Lee, Congrats on Lance's 3rd place

Arleen


----------



## Frank Jones (Feb 17, 2004)

Congratulations, Brooke, on Angel's Derby 4th! 

rita


----------



## Annette (Mar 21, 2004)

Congratulations Lee and Lance


----------



## BowmanLake (May 17, 2009)

Congrats jean and now FC-AFC jacki; i knew she was talented when we trained in Duluth.


----------



## drdawg (Apr 4, 2004)

Thanks all! Still grinning here too. FInished 4 of last 5 trials and placed in 3 of them.


----------



## Jeff Bartlett (Jan 7, 2006)

Congrats to all placements and finishers. 
Thank you to our judges for putting up some very nice tests 
and judging them. 
Thank you too all that had our backs and never doubted me 
when I decided to start this club.
Thank you to my board of directors you boys
Made me proud.
Ro Cornelio. Big time stud!!!
Larry Bragg. The solicitor!!!
Joel Bodenman.
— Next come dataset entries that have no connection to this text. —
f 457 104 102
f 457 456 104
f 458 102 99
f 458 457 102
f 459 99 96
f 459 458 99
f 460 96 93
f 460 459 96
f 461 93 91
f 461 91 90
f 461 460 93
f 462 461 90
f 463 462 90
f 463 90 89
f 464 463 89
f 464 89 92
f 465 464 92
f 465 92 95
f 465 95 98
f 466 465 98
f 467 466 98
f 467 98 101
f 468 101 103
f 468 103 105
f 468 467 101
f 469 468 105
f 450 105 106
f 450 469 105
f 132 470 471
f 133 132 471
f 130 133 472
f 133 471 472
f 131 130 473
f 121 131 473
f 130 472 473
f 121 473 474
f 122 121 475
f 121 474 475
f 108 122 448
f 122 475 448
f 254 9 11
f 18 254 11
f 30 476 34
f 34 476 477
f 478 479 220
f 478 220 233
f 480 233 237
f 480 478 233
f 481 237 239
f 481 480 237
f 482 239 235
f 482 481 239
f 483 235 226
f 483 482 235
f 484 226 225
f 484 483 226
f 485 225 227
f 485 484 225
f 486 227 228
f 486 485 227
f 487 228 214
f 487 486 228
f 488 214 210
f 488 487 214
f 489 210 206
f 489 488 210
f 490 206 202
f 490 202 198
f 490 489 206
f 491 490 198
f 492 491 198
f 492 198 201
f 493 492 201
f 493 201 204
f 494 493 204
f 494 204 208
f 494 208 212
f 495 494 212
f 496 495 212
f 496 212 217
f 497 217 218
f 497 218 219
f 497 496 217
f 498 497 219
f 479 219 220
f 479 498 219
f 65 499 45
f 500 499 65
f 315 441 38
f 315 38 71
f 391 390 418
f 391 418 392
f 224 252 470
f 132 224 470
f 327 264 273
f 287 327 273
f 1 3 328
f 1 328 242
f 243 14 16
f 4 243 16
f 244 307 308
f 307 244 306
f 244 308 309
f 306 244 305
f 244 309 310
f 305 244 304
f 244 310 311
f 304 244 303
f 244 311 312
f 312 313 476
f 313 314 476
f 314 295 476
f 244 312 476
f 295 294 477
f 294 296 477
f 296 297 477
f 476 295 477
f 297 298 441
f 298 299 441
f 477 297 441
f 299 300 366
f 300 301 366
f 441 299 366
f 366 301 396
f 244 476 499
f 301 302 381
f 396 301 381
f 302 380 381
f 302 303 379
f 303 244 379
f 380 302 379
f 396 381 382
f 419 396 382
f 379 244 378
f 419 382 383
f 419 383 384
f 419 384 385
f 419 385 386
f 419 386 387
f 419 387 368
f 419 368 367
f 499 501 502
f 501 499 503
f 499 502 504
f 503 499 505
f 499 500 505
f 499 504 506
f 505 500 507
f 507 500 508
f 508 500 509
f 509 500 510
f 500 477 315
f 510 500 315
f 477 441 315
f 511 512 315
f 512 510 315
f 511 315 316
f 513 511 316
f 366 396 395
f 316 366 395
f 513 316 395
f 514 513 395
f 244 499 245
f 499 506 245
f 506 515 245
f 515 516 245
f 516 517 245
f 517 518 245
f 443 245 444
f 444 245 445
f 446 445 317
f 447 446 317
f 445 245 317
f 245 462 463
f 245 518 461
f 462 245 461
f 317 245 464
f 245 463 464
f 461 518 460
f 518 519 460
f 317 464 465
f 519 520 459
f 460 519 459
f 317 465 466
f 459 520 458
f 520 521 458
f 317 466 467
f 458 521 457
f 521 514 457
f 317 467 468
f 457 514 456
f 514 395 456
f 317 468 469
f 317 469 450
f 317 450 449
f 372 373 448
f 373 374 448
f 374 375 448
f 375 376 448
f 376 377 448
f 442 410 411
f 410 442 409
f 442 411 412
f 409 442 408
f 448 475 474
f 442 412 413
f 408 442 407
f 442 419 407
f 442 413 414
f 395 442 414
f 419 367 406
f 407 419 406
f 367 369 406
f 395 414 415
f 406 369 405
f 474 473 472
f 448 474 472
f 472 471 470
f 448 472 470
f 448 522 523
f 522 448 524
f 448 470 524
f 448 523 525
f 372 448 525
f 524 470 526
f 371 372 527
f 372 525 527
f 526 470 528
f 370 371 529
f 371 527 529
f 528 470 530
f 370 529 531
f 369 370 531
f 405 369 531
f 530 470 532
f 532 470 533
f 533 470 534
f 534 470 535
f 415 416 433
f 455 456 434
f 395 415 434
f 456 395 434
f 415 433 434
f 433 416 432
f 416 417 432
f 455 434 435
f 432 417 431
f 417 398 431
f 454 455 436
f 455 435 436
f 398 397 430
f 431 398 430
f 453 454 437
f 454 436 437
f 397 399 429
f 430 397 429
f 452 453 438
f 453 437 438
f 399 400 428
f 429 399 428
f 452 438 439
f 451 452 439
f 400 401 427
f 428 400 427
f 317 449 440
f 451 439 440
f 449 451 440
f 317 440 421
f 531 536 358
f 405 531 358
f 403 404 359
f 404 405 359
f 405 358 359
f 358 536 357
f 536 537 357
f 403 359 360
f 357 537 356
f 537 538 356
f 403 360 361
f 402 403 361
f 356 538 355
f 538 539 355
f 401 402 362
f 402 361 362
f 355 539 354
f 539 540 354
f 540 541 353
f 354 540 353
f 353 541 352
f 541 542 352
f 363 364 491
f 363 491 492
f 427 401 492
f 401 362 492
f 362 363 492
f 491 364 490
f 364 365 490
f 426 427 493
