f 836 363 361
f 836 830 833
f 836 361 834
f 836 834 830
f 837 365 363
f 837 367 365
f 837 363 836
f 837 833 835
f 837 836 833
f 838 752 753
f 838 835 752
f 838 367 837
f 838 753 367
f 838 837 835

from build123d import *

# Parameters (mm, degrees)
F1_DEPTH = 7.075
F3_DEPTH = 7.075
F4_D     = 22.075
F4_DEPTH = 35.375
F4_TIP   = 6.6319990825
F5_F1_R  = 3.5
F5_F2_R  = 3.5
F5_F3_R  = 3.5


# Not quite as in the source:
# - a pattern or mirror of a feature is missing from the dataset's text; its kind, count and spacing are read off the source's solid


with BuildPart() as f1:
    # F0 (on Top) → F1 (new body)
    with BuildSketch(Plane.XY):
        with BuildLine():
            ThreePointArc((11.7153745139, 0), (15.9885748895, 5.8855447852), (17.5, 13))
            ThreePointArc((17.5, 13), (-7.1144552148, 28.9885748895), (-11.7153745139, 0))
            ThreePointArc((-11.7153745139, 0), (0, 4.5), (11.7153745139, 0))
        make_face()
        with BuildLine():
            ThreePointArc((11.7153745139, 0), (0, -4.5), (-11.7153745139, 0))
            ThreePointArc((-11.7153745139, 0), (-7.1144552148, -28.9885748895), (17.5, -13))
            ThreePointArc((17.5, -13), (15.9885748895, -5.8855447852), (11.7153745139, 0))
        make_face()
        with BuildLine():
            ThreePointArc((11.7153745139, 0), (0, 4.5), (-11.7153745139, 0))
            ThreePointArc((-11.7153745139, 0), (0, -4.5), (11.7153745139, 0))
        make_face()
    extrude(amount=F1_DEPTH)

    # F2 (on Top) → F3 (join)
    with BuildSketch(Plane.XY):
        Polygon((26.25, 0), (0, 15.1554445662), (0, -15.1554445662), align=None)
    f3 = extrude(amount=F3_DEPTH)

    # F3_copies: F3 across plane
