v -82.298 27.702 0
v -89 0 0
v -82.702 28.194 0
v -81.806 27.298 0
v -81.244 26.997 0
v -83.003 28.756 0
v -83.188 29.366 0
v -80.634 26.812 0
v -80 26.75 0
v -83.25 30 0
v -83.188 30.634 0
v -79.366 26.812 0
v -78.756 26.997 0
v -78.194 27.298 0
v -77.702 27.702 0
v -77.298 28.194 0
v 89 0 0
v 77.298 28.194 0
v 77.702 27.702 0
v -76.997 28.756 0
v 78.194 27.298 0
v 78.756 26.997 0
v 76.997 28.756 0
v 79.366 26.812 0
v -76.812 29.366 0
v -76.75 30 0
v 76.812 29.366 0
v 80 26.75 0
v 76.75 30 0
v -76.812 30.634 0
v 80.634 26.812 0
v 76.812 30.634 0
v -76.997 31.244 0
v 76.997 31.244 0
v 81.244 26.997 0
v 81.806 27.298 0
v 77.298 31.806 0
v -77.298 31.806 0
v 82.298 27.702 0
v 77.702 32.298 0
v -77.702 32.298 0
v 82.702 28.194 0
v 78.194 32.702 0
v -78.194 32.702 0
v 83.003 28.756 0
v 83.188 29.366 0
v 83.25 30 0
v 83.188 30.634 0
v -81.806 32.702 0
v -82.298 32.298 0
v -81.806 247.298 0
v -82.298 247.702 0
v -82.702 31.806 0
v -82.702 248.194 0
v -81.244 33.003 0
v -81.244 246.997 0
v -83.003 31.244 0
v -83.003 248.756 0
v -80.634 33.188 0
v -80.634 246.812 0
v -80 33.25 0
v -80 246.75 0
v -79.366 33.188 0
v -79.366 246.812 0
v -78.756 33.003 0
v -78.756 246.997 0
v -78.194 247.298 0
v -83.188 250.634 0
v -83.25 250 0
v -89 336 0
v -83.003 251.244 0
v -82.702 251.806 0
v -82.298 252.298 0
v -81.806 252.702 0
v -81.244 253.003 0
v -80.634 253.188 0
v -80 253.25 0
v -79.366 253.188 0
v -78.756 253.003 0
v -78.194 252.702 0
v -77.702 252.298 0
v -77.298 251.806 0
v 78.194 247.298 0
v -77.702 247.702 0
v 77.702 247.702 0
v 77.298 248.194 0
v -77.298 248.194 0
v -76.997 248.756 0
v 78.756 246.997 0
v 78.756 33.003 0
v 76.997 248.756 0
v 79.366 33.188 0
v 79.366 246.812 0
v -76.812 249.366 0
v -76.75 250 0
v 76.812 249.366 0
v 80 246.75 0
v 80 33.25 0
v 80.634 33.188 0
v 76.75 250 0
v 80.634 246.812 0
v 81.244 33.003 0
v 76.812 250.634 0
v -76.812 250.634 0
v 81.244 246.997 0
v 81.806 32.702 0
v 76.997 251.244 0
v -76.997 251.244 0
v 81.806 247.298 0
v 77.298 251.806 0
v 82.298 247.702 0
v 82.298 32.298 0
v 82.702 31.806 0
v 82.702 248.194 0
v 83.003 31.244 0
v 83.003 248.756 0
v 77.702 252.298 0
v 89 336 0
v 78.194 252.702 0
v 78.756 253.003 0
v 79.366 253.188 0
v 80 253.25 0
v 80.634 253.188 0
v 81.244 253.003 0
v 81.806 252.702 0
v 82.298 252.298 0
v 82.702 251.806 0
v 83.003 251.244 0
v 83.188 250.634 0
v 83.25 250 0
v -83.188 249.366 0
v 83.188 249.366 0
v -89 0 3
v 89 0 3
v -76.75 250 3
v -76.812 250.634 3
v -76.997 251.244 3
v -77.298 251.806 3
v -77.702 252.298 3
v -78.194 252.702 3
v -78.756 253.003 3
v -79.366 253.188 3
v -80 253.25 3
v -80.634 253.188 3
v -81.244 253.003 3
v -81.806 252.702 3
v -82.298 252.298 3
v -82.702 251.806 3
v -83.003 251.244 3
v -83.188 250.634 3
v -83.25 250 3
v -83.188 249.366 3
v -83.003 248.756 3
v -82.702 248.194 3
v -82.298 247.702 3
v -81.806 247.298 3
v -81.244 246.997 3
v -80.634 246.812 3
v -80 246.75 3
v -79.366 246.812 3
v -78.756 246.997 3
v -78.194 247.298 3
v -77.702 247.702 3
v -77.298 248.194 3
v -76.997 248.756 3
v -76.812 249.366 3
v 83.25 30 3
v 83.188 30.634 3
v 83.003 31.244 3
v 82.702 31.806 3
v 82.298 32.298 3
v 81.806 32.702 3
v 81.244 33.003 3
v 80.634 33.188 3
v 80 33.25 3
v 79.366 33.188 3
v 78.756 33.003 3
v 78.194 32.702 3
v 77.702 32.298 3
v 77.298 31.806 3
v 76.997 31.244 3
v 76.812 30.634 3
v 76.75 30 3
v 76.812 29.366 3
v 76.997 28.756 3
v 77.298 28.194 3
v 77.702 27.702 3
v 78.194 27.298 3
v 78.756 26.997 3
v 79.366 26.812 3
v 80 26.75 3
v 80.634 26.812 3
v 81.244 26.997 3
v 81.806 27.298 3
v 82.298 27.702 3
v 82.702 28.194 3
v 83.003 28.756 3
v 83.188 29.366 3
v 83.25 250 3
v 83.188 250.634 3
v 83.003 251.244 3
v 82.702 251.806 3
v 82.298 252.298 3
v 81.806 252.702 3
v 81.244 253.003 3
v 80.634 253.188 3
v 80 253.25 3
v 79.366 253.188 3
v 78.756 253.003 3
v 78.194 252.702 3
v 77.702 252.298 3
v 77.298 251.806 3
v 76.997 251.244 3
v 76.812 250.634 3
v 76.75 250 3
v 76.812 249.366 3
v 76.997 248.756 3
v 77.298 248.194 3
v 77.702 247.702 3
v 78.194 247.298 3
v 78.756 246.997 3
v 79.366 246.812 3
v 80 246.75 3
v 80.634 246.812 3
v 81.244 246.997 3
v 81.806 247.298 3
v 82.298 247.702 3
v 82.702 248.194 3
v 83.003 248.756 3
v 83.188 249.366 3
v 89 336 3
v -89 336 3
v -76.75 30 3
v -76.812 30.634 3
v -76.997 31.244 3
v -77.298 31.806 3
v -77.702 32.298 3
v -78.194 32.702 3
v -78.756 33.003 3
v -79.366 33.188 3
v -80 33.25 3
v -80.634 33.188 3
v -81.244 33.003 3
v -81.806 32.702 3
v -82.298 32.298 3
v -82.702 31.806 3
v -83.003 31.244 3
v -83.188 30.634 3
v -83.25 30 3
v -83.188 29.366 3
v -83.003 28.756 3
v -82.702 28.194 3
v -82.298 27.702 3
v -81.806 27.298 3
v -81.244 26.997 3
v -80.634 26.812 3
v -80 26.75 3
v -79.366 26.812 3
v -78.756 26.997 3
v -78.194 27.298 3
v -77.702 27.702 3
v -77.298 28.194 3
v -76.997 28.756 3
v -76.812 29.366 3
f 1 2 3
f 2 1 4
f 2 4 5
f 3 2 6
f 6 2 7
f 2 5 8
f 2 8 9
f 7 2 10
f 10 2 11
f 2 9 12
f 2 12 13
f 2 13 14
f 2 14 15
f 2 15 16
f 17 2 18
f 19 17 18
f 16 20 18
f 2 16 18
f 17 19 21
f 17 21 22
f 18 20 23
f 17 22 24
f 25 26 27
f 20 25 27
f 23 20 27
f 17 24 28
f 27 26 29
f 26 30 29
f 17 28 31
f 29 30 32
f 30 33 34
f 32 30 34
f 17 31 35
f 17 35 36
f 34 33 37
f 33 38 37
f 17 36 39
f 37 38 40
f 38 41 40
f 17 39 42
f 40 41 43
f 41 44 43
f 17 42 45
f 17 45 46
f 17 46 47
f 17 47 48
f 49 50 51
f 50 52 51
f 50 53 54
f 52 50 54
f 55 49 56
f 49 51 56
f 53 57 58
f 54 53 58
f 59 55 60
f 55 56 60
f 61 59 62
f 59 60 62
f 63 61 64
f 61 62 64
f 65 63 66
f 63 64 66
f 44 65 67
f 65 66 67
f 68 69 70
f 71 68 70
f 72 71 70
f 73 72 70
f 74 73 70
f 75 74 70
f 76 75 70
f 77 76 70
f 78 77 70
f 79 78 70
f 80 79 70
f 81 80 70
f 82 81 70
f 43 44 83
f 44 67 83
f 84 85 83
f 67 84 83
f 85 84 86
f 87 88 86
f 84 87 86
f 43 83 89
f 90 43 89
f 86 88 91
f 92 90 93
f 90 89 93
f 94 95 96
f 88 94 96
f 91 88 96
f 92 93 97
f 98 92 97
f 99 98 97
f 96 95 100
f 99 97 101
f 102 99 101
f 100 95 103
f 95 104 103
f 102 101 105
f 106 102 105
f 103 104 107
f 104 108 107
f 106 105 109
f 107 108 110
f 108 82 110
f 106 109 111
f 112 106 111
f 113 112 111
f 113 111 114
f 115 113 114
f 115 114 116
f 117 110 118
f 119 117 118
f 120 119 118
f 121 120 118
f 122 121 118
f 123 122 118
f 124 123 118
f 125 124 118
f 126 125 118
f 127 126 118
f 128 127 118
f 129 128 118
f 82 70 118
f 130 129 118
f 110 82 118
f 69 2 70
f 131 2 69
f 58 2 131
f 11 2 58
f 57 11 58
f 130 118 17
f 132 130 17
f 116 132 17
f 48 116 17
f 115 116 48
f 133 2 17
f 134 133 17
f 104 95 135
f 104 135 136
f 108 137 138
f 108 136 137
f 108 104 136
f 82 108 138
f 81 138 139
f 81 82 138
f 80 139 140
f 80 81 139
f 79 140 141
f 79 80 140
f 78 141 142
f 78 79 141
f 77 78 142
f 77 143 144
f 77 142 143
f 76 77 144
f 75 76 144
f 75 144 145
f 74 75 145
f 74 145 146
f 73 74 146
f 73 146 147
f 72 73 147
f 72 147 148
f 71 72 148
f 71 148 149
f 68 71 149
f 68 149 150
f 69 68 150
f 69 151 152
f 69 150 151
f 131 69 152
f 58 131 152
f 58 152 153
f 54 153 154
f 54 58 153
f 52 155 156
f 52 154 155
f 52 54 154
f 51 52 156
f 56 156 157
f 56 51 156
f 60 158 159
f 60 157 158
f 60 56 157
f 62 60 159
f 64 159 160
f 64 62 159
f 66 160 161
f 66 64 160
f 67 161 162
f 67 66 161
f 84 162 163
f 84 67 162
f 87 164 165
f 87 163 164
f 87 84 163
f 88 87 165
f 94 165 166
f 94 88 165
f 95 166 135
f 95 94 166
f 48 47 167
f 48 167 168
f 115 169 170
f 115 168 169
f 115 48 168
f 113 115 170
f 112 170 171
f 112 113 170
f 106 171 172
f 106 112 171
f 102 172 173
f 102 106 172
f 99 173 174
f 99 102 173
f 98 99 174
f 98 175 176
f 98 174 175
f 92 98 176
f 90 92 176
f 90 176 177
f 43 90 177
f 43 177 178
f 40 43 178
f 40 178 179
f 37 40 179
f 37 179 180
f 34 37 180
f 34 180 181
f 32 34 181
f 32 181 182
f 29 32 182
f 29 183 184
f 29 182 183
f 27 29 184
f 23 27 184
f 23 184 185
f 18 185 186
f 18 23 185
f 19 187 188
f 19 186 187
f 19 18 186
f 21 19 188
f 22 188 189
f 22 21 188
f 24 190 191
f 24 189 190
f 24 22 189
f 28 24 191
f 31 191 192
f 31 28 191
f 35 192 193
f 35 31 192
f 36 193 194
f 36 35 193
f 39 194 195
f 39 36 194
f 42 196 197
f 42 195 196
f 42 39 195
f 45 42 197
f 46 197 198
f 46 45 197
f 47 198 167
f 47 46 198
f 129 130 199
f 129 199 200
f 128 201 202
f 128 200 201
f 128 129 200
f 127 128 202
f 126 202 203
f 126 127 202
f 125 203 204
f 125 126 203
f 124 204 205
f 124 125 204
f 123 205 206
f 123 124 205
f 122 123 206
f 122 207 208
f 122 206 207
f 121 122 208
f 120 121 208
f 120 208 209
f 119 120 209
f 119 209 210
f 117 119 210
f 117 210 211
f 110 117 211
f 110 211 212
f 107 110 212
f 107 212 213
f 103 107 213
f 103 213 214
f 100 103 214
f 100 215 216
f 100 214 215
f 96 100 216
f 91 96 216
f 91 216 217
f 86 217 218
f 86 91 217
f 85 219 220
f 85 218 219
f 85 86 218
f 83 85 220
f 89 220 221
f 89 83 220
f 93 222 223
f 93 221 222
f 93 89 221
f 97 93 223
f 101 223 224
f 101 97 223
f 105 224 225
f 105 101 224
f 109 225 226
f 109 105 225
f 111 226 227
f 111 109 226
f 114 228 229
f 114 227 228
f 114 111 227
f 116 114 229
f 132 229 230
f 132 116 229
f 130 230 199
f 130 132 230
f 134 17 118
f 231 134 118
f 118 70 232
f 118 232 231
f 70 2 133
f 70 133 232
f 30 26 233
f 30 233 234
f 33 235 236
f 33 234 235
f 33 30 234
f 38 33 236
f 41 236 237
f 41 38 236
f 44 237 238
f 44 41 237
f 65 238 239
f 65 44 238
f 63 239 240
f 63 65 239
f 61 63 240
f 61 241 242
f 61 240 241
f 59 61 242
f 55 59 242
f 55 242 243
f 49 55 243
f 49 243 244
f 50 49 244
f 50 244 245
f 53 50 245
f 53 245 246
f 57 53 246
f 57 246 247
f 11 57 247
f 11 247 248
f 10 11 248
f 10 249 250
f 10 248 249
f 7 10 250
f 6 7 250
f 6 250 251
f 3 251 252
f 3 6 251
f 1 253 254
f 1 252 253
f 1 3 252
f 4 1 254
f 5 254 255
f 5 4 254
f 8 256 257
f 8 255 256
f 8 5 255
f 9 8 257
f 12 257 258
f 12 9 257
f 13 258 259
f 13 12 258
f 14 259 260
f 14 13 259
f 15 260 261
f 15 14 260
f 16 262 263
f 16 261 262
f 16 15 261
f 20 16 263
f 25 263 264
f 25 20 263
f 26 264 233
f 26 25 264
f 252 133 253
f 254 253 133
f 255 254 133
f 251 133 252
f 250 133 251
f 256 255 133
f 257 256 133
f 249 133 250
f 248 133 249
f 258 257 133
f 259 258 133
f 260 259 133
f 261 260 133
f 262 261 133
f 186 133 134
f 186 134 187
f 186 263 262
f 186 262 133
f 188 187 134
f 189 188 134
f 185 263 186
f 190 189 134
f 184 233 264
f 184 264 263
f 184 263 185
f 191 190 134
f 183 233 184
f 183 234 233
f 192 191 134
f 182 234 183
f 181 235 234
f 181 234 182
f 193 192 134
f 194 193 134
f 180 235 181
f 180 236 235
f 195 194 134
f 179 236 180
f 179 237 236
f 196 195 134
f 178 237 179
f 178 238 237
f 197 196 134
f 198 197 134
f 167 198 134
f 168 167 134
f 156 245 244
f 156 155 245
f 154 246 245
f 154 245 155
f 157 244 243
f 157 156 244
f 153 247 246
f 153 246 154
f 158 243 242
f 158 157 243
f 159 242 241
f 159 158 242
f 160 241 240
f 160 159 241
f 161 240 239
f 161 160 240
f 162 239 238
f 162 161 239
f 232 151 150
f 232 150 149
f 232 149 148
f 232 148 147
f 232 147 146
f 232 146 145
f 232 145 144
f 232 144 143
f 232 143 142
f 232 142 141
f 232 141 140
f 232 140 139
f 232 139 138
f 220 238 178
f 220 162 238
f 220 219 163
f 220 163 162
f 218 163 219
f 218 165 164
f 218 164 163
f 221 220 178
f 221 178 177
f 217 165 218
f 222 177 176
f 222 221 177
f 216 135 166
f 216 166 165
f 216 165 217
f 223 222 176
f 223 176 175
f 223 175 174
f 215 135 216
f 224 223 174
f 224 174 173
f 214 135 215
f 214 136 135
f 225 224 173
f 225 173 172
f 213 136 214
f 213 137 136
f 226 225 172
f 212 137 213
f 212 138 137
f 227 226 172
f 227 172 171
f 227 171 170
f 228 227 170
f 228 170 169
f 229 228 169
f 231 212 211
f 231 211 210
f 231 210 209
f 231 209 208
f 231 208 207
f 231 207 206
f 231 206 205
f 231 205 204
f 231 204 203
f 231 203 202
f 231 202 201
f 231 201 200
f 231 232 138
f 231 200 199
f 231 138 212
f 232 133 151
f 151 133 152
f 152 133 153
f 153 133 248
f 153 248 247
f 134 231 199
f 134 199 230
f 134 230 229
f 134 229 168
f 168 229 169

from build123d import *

# Parameters (mm, degrees)
SKETCH1_W               = 178
SKETCH1_H               = 336
BOSS_EXTRUDE1_DEPTH     = 3
CUT_EXTRUDE1_DEPTH      = 348.600345224
CUT_EXTRUDE1_DEPTH_BACK = 348.600345224
SKETCH2_R               = 3.25


with BuildPart() as part:
    # Sketch1 → Boss-Extrude1 (new body)
    with BuildSketch(Plane.XY):
        with Locations((0, 168)):
            Rectangle(SKETCH1_W, SKETCH1_H)
    extrude(amount=BOSS_EXTRUDE1_DEPTH)

    # Sketch2 → Cut-Extrude1 (cut, two sides: drawn at the far end of the back side and taken through both)
    with BuildSketch(Plane.XY.offset(3).offset(-CUT_EXTRUDE1_DEPTH_BACK)):
        with Locations((-80, 250)):
            Circle(SKETCH2_R)
        with Locations((80, 250)):
            Circle(SKETCH2_R)
        with Locations((80, 30)):
            Circle(SKETCH2_R)
        with Locations((-80, 30)):
            Circle(SKETCH2_R)
    extrude(amount=CUT_EXTRUDE1_DEPTH + CUT_EXTRUDE1_DEPTH_BACK, mode=Mode.SUBTRACT)


solid = part.part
The rookie that got major street
Credit!!!
And a big thanks to all that pitched in we will be back next 
Year to top this trial.


----------



## helencalif (Feb 2, 2004)

Congratulations to the new club and its trial. 

Helen


----------



## jgrammer (Jun 23, 2008)

Congratulations to Jeff and all the Scatter Creek members and workers. You put on a very nice and well run trial. We'll be back for sure!


----------



## Jeff Bartlett (Jan 7, 2006)

Thanks jean
my board Rolando Cornelio,Joel Bodenman,Larry Bragg
Came to the plate and put down a great job.


----------



## drdawg (Apr 4, 2004)

Great trial and grounds, BUT a tailgate to set a standard for any other clubs! Thanks for a lot of effort! Nice to have another NW trial as well.


----------